Also love the example game. It's written so cleanly that I learned a thing or
two about 2d gamedev just from scrolling through the code.

I love the little pragmatisms in the language, eg:

    
    
        for (let entity in gGameApp.mEntities)
        {
            if (let enemy = entity as Enemy)
            {
                 // .. do something with each enemy
            }
        }
    

That if/let/as combo there is something I'd have loved to have in many
languages.

Also hats off for switch/case without break. Finally! I also love how you're
mixing C/C++ "global enum value names" convenience with namespaced safety:

    
    
         public static Result<(char32, int32)> TryDecode(char8* buf, int bufSize)
         {
              ...
              return .Err; 
              // not Result.Err, because the return type is given in the signature
         }
    

I know that these little syntactical things are not the key challenges of
language design, but obviously they're the first things I see, and I like the
amount of attention you've given them. You really only have the opportunity to
get them right at the very beginning.

I think the docs are a little sparse still (but that can be expected, of
course).

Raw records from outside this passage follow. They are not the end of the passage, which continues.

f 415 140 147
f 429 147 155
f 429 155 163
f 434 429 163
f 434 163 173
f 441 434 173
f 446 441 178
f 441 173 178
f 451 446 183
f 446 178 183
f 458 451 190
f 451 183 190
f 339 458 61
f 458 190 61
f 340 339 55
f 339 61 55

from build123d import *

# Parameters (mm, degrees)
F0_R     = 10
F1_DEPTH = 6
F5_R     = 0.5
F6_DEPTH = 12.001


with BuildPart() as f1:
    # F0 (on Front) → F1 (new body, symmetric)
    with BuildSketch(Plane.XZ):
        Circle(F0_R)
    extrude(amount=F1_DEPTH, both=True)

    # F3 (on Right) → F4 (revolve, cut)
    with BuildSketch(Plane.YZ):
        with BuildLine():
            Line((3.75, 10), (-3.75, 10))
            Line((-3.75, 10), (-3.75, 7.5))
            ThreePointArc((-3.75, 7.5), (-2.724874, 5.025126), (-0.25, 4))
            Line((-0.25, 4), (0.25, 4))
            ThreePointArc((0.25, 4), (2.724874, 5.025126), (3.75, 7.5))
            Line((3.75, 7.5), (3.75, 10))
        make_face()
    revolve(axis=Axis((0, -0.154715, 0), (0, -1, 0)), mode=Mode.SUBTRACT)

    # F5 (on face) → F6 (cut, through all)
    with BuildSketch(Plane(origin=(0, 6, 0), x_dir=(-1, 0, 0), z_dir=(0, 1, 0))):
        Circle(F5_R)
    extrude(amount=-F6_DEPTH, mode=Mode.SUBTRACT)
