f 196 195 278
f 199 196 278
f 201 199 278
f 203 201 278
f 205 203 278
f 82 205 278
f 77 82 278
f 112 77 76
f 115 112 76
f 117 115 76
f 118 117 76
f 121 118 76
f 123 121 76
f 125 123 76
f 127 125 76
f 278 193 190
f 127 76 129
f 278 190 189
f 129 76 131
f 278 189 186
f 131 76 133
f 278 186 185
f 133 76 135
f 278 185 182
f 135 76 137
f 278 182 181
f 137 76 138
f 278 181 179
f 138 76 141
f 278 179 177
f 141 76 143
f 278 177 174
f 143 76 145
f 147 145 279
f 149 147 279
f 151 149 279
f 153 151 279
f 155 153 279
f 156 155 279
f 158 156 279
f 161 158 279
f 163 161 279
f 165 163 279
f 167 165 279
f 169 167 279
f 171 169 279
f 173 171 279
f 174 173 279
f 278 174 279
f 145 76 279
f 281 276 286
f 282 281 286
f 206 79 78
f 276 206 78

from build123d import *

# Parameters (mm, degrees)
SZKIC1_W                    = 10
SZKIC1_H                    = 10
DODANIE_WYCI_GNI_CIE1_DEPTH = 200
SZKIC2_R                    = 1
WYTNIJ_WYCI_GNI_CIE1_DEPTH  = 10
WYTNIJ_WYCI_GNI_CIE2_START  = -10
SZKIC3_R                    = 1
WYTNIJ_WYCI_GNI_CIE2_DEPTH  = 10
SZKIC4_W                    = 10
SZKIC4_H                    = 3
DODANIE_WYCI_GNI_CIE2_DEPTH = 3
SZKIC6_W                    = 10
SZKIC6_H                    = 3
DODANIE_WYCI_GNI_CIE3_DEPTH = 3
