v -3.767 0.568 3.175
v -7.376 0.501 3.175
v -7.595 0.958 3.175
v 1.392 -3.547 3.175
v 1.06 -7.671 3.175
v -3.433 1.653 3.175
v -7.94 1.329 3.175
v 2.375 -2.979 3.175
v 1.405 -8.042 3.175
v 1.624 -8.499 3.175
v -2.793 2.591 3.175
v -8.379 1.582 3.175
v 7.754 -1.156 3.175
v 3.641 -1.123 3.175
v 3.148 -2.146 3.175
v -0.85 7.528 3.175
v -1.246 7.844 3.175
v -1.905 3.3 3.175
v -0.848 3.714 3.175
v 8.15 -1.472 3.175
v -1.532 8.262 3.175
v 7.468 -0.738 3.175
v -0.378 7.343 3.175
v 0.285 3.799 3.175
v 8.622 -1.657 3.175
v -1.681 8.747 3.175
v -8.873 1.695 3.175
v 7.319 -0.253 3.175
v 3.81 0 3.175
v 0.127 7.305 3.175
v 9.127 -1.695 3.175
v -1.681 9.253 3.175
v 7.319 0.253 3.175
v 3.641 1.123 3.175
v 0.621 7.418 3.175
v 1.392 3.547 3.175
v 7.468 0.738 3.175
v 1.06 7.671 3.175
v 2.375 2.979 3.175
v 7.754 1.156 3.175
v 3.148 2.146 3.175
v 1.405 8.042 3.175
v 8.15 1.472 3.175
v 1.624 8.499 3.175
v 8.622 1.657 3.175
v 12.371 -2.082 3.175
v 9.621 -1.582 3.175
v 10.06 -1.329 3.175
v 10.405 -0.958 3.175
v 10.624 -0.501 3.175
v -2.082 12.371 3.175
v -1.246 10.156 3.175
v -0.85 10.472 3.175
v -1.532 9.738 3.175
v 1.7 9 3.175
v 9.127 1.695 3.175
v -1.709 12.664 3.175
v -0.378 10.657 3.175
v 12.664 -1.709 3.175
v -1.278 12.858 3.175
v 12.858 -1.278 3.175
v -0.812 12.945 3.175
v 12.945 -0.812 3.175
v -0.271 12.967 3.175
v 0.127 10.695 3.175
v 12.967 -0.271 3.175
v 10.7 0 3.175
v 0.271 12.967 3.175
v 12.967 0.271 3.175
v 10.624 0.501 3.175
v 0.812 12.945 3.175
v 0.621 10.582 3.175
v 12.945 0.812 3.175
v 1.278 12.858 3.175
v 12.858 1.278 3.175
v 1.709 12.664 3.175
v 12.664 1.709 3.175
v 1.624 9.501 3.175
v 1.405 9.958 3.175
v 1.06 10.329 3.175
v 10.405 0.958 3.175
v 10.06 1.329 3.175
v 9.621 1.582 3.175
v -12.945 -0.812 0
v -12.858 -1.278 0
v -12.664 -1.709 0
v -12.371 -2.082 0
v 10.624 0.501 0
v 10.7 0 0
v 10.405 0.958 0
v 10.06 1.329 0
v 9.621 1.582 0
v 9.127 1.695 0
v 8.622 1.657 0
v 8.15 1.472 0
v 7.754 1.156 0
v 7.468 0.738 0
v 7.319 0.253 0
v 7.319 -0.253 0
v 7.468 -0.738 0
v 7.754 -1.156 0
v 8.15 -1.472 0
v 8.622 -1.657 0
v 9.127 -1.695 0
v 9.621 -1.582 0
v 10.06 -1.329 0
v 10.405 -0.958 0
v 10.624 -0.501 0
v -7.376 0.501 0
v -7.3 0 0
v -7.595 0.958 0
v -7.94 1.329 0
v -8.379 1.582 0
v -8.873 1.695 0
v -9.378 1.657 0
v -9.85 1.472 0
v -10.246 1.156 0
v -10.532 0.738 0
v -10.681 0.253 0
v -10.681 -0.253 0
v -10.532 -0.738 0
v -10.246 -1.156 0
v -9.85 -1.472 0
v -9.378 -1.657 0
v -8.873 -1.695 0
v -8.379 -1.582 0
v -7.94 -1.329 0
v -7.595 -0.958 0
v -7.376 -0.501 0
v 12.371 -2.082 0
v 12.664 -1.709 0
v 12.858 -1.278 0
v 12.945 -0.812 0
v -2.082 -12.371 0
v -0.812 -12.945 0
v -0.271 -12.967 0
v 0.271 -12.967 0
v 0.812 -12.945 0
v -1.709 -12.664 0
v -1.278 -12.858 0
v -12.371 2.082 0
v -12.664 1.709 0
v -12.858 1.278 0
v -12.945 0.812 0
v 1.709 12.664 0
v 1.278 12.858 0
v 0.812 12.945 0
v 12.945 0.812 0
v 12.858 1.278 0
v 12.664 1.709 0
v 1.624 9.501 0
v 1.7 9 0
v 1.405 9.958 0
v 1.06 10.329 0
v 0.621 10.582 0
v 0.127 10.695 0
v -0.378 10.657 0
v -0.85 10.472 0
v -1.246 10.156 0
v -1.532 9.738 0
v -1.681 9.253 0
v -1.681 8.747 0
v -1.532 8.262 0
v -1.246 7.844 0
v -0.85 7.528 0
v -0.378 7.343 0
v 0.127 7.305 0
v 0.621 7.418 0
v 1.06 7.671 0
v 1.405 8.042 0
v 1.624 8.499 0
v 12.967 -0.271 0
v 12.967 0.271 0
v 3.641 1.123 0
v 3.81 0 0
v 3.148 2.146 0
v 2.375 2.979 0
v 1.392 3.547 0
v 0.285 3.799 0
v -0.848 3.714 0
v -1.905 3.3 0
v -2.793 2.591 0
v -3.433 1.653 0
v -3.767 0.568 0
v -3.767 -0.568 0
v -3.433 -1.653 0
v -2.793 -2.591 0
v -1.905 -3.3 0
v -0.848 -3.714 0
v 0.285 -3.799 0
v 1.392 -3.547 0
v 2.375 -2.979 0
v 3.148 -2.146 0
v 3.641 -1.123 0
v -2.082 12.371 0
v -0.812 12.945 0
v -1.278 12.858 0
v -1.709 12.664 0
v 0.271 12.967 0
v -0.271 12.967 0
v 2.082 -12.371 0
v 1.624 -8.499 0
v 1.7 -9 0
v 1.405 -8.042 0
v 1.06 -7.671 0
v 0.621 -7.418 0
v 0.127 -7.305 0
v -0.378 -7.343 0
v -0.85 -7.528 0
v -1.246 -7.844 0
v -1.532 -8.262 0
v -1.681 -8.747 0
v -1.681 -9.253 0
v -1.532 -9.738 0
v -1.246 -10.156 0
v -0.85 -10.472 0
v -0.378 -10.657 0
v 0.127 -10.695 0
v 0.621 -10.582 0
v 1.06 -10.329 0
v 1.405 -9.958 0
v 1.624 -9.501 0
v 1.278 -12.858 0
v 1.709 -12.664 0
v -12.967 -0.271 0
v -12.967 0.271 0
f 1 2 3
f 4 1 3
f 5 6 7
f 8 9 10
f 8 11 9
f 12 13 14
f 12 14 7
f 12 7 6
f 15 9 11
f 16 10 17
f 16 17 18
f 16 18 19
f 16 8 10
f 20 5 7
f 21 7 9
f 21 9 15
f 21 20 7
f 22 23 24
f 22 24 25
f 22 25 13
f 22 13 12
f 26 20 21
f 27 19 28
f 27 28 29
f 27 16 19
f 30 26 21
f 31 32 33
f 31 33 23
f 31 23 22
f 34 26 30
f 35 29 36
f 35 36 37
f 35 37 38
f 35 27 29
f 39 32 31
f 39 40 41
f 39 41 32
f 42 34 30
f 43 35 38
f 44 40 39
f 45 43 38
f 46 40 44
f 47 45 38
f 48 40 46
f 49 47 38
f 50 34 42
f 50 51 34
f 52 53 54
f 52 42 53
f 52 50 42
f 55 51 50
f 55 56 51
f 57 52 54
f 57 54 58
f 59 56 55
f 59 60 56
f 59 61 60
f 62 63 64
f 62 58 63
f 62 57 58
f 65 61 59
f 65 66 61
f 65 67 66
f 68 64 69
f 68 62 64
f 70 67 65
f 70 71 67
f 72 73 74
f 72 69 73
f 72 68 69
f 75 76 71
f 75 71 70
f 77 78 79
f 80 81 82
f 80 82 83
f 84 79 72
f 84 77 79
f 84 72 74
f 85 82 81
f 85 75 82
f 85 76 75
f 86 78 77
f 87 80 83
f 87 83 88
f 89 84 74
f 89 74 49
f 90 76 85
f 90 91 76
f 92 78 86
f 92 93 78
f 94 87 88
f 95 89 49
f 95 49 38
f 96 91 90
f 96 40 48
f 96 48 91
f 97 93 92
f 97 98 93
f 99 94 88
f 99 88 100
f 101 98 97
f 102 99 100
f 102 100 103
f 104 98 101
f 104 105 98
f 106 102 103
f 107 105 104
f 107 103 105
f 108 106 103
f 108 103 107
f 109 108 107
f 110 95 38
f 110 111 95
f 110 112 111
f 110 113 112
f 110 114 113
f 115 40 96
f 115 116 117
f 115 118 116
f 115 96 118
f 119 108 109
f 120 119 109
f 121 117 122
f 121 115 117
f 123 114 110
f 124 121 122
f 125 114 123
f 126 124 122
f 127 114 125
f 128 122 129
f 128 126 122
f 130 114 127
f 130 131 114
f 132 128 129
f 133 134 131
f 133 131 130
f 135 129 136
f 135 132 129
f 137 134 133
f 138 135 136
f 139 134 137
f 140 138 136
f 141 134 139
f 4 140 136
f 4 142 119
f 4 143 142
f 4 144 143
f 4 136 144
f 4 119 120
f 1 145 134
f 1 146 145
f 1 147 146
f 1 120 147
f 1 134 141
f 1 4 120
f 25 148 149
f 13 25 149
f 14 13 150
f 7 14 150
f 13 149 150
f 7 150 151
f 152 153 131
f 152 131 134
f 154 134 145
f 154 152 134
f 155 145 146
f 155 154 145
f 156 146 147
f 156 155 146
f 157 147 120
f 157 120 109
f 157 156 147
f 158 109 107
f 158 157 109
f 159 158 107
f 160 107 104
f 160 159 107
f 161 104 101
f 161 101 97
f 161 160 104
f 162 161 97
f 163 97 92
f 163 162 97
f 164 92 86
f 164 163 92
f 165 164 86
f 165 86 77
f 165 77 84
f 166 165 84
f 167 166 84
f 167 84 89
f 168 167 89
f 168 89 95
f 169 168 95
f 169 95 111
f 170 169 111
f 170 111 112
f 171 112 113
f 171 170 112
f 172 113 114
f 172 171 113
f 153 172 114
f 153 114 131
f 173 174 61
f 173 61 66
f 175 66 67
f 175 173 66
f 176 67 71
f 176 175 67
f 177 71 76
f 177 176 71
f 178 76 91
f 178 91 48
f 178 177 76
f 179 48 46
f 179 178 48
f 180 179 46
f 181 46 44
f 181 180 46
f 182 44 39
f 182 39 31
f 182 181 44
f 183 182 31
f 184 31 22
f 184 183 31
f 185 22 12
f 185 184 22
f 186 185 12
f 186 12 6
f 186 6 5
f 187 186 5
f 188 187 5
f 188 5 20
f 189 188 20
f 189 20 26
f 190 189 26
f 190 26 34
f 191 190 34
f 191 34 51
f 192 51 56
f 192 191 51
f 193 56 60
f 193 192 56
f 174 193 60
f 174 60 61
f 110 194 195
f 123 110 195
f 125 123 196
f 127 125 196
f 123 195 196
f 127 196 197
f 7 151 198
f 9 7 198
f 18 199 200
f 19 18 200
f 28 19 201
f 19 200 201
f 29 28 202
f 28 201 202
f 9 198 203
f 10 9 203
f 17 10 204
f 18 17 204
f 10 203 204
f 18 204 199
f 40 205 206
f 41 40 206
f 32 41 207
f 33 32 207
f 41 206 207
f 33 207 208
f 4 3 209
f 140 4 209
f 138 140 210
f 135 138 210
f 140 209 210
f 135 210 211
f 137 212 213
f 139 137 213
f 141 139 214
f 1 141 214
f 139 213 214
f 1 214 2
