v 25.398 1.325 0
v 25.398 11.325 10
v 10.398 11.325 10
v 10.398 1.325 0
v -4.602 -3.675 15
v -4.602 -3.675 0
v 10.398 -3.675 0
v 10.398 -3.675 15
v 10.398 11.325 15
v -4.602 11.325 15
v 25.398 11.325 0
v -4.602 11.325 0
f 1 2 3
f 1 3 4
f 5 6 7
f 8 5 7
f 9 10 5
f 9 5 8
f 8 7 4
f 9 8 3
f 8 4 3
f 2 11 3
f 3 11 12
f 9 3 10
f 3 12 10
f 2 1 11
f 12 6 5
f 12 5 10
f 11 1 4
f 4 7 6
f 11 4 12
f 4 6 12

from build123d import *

# Parameters (mm, degrees)
F0_W     = 15
F0_H     = 15
F1_DEPTH = 15
F3_DEPTH = 15


with BuildPart() as f1:
    # F0 (on Top) → F1 (new body)
    with BuildSketch(Plane.XY):
        with Locations((2.898159, 3.825012)):
            Rectangle(F0_W, F0_H)
    extrude(amount=F1_DEPTH)

    # F2 (on face) → F3 (join)
    with BuildSketch(Plane.YZ.offset(10.398159)):
        Polygon((11.325012, 10), (1.325012, 0), (11.325012, 0), align=None)
    extrude(amount=F3_DEPTH)


solid = f1.part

Eg:

\- I found it hard to parse this:

    
    
        public Random mRand = new Random() ~ delete _;
    

There's docs about it here [https://www.beeflang.org/docs/language-
guide/datatypes/initi...](https://www.beeflang.org/docs/language-
guide/datatypes/initialization/#destruction), but the "delete _" part isn't
really explained. What's that underscore? I can infer that it probably means
"this value", but I can't find it back.

I love that you made it easy to destruct fields like that, right there in the
initializer expression, btw. Will probably kill the need for 90% of destructor
methods out there.

\- Apparently this converts floats to ints:

    
    
        (.)(mX - entity.mX)
    

Or at least it does in HeroBullet.bf:15. I'm thinking maybe this does
something similar as `.Err`, in that the dot makes it cast to whatever the
expected type is in the function being called? I'm not sure though, it looks
like a super powerful feature, maybe :-)

Finally, I believe .bf is also used for that other super convenient and
performant language, Brainfuck. I doubt that causes any practical problems,
but then again, why not just .beef?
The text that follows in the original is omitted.